I think modern consumer-oriented code should run at least well on Intel
Nehalem - Skylake, AMD K10 - K12, ARM Cortex A7/A8/A9/A15/A53/A57/A72,
Qualcomm Krait/Kryo.

Focus on 64-bit, but some attention should still be paid to 32-bit
performance.

Number of actual targets is even worse, because cache and memory architecture
vary so much. At least all those have 64-byte cache lines.

In high performance code, there's often the choice between memory and compute
load balancing. What memory access patterns and layouts you're going to use -
where do you want your bottlenecks? You can often reduce bandwidth
requirements by computing more and vice versa.

Take Sandy Bridge for example:

While L1 and L2 cache sizes are fixed on Sandy Bridge, L3 cache varies between
1 - 20 MB.

Clock speeds vary between 1.0 to 3.6 GHz.

There are 1-4 memory channels, I believe they're usually arranged 64 byte
granularity round robin. Say your access pattern is access every second
64-byte cache line vs. access every line. On 1 and 3 channel systems, both
perform about same. When skipping 64 byte cache line on 2 channel system,
effective memory bandwidth is equal to just 1 channel system. 4 channel system
will behave like 2 channel one. The code might be bandwidth bottlenecked on
1-2 channel system and compute bound on 3-4 channel system.
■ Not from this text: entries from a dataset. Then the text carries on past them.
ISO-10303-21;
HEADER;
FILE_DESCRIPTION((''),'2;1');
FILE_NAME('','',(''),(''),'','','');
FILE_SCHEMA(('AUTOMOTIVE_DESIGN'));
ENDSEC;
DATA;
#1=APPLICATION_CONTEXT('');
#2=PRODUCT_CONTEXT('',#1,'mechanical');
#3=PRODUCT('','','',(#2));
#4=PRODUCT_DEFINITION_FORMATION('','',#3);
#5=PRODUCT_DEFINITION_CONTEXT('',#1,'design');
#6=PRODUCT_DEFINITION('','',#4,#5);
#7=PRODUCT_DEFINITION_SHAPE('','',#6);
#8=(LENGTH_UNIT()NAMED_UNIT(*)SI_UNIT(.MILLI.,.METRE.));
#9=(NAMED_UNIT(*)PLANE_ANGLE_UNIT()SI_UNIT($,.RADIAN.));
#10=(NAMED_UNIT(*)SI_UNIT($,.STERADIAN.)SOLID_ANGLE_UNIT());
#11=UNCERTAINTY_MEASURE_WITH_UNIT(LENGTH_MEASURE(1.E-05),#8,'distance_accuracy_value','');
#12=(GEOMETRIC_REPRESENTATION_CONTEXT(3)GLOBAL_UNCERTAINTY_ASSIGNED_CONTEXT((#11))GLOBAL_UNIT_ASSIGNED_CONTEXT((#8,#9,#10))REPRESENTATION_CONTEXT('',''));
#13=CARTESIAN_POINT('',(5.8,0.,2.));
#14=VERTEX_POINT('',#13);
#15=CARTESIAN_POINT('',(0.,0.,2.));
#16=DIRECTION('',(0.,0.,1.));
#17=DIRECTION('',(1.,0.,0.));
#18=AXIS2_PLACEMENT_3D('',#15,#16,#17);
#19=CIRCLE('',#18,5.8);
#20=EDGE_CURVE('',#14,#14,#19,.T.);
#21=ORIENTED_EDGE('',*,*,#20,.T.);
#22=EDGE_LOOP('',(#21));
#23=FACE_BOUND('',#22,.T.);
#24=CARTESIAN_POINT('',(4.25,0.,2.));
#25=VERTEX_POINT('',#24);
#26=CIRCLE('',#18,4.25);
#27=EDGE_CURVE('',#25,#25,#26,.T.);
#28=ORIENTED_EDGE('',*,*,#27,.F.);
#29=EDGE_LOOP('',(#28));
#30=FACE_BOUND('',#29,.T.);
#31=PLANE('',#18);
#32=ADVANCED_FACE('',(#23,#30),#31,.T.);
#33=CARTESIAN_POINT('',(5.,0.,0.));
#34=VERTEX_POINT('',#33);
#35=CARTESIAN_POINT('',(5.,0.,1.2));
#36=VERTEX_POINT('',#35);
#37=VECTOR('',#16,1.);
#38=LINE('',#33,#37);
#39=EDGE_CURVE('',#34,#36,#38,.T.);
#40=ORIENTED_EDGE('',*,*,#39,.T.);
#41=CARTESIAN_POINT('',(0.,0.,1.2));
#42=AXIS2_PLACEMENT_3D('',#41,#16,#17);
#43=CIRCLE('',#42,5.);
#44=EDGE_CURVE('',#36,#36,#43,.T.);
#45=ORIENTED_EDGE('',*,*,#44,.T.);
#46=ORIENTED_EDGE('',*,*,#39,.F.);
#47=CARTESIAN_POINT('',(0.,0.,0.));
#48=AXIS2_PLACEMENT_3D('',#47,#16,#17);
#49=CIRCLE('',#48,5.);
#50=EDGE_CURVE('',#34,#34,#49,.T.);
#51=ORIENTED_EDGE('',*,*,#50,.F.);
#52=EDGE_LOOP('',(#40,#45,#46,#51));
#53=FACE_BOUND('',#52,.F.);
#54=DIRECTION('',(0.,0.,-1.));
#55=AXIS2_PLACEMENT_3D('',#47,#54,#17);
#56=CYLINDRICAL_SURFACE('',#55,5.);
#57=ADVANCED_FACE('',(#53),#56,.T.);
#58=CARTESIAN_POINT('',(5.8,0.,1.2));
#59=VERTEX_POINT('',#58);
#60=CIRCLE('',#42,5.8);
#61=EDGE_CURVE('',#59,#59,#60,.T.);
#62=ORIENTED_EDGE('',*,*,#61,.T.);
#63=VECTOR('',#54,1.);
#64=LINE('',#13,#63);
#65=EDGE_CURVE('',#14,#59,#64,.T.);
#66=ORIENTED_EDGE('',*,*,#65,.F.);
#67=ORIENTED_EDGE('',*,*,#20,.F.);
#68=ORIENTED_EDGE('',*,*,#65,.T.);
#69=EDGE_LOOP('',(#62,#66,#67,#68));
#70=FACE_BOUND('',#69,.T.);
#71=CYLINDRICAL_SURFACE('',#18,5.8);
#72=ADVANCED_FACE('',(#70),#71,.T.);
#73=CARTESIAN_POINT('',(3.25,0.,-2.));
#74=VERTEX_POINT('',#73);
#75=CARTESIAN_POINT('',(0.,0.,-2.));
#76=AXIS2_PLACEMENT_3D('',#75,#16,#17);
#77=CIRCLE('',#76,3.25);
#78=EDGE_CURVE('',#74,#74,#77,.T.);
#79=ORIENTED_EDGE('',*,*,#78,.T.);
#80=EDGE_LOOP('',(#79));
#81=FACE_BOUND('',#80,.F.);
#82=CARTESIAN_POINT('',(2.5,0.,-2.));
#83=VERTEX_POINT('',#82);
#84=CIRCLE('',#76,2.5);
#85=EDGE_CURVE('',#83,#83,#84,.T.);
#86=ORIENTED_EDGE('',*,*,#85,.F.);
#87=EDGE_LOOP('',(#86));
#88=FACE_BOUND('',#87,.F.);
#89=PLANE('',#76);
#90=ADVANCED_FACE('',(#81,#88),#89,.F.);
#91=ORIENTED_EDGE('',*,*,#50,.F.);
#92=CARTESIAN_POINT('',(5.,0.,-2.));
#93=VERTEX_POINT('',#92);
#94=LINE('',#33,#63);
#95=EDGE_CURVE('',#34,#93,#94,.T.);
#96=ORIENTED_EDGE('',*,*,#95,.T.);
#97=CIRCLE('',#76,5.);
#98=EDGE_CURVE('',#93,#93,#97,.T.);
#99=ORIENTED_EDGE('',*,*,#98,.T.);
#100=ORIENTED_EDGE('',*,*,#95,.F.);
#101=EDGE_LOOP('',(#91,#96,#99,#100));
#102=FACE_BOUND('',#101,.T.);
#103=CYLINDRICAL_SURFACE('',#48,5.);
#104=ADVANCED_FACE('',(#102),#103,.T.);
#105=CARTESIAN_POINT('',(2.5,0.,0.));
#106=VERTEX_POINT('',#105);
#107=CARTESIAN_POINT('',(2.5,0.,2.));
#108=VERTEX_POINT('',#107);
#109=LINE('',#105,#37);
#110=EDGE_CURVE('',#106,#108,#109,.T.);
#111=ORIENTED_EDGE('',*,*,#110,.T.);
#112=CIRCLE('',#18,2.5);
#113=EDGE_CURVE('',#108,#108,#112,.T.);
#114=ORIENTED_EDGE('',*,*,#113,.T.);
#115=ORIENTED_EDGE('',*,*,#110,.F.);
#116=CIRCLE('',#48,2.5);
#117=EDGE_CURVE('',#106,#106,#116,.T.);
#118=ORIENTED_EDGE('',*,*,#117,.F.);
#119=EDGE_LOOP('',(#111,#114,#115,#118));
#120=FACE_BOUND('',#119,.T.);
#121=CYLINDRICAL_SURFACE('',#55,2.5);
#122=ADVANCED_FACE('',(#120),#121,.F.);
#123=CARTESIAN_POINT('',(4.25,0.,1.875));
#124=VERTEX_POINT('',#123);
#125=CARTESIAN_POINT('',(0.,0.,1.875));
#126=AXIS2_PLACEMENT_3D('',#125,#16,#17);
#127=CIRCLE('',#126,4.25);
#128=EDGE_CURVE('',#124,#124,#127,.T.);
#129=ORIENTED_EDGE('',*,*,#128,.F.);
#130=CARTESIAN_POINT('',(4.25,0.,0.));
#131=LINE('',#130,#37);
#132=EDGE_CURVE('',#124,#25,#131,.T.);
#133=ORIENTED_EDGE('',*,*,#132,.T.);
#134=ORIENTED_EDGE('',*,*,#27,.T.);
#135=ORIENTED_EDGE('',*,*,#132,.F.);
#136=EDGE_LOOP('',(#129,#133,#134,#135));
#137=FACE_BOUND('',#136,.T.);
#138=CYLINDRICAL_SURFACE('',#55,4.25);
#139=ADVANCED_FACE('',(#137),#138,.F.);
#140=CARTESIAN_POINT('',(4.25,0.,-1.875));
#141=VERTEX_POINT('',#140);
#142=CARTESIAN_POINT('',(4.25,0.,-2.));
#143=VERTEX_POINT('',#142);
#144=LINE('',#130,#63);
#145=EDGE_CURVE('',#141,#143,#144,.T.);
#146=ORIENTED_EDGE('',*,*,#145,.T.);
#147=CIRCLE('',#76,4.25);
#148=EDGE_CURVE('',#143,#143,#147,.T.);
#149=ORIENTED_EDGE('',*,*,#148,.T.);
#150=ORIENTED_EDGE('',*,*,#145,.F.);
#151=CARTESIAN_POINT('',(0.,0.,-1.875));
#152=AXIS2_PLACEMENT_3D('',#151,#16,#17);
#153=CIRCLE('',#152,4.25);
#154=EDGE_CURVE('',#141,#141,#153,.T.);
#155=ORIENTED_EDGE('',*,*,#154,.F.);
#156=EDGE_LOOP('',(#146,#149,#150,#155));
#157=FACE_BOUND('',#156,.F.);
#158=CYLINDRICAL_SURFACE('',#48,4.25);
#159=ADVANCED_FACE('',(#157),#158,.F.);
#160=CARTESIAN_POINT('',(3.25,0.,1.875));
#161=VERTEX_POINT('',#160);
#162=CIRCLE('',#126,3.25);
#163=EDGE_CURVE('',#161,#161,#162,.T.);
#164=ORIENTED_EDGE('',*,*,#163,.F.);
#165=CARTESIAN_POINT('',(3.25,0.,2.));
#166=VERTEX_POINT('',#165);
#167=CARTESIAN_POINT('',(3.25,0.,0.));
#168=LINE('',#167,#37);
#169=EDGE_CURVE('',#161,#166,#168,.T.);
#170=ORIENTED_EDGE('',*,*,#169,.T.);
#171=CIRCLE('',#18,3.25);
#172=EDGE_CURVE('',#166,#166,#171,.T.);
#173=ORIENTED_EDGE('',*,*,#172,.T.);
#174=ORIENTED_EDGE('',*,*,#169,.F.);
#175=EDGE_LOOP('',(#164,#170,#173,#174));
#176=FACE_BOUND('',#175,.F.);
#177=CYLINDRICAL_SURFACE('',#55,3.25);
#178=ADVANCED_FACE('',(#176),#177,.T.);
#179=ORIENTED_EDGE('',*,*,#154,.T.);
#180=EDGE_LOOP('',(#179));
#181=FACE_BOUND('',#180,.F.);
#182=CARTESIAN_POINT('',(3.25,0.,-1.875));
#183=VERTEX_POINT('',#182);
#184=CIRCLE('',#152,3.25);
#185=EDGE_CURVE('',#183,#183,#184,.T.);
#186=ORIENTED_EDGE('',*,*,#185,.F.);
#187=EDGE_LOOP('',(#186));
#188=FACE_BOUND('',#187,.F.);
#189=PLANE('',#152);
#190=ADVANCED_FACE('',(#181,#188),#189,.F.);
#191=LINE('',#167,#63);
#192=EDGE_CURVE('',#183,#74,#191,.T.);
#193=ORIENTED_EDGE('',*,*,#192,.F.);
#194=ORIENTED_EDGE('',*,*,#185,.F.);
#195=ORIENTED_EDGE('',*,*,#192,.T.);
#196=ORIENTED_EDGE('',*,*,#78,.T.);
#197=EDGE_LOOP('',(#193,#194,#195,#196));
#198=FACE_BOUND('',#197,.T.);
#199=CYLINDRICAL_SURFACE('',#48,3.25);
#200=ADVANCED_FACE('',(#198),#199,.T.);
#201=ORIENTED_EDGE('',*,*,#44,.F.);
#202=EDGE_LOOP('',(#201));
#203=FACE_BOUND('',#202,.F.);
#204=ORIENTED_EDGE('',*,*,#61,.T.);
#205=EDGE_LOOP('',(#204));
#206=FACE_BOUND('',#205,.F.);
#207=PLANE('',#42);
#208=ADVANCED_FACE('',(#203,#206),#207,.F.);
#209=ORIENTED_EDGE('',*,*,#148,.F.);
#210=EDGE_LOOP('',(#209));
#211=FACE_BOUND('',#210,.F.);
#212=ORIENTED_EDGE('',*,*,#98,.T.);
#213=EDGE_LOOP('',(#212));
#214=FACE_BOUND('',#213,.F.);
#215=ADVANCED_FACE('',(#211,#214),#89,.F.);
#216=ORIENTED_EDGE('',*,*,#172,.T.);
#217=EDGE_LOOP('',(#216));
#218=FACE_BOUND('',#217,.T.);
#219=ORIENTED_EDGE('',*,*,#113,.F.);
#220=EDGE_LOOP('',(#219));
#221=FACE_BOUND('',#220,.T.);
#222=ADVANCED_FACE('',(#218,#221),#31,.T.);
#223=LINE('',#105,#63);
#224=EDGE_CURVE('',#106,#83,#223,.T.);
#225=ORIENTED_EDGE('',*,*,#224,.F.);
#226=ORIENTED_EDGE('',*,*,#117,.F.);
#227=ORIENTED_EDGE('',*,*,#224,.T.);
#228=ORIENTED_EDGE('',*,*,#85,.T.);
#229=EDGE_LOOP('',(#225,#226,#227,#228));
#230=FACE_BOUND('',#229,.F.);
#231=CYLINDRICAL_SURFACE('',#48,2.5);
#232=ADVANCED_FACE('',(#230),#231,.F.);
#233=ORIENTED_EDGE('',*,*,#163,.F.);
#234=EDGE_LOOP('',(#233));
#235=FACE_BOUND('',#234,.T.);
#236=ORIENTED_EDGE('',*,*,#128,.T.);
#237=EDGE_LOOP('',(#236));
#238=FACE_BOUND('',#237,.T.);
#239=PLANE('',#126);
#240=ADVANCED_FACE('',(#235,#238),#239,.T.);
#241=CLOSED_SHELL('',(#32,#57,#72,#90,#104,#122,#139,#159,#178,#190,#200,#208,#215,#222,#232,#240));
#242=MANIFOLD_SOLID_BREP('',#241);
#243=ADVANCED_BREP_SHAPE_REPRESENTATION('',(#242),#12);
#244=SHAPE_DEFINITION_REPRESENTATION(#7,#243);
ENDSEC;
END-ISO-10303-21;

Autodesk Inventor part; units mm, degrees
ref_plane "YZ Plane" through (0, 0, 0) normal (1, 0, 0) x (0, 1, 0)
ref_plane "XZ Plane" through (0, 0, 0) normal (0, 1, 0) x (-1, 0, 0)
ref_plane "XY Plane" through (0, 0, 0) normal (0, 0, 1) x (1, 0, 0)
sketch "Sketch1" plane through (0, 0, 0) normal (0, 0, 1) x (1, 0, 0)
  circle A0 centre (0, 0) radius 2.5
  circle A1 centre (0, 0) radius 5
  circle A2 centre (0, 0) radius 4.25
  circle A3 centre (0, 0) radius 3.25
  dimension "d0" = 5
  dimension "d1" = 10
  dimension "d2" = 0.75
  dimension "d3" = 0.75
extrude "Extrusion1" add sketch "Sketch1" along normal mid plane 4
extrude "Extrusion2" add sketch "Sketch1" along normal mid plane 3.75 contours A2
sketch "Sketch2" plane through (0, 0, 2) normal (0, 0, 1) x (1, 0, 0)
  circle A0 centre (0, 0) radius 5 projected
  circle A1 centre (0, 0) radius 5.8
  dimension "d8" = 11.6
extrude "Extrusion3" add sketch "Sketch2" against normal blind 0.8
properties part number "MF105ZZ" material "Steel, Carbon"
Then you're going to hit DRAM page miss every... 1-8 kB? System dependant, of
course.

To make the best choice for Sandy Bridge based systems, among other things,
you need to know number of memory channels + their arrangement, amount of L3
cache and clock speed. On some Sandy Bridge CPUs you have a lot of time to do
complicated data packing and unpacking, trying to just keep memory bandwidth
usage down.

That was just one architecture. Now add all the other platforms in the mix.
There are pretty many different instruction set extensions. If you don't use
them properly, you can lose an order of magnitude of performance.

I think we'll need runtime code generation in the future. On system JIT/AOT
also for traditionally compiled languages, such as C and C++.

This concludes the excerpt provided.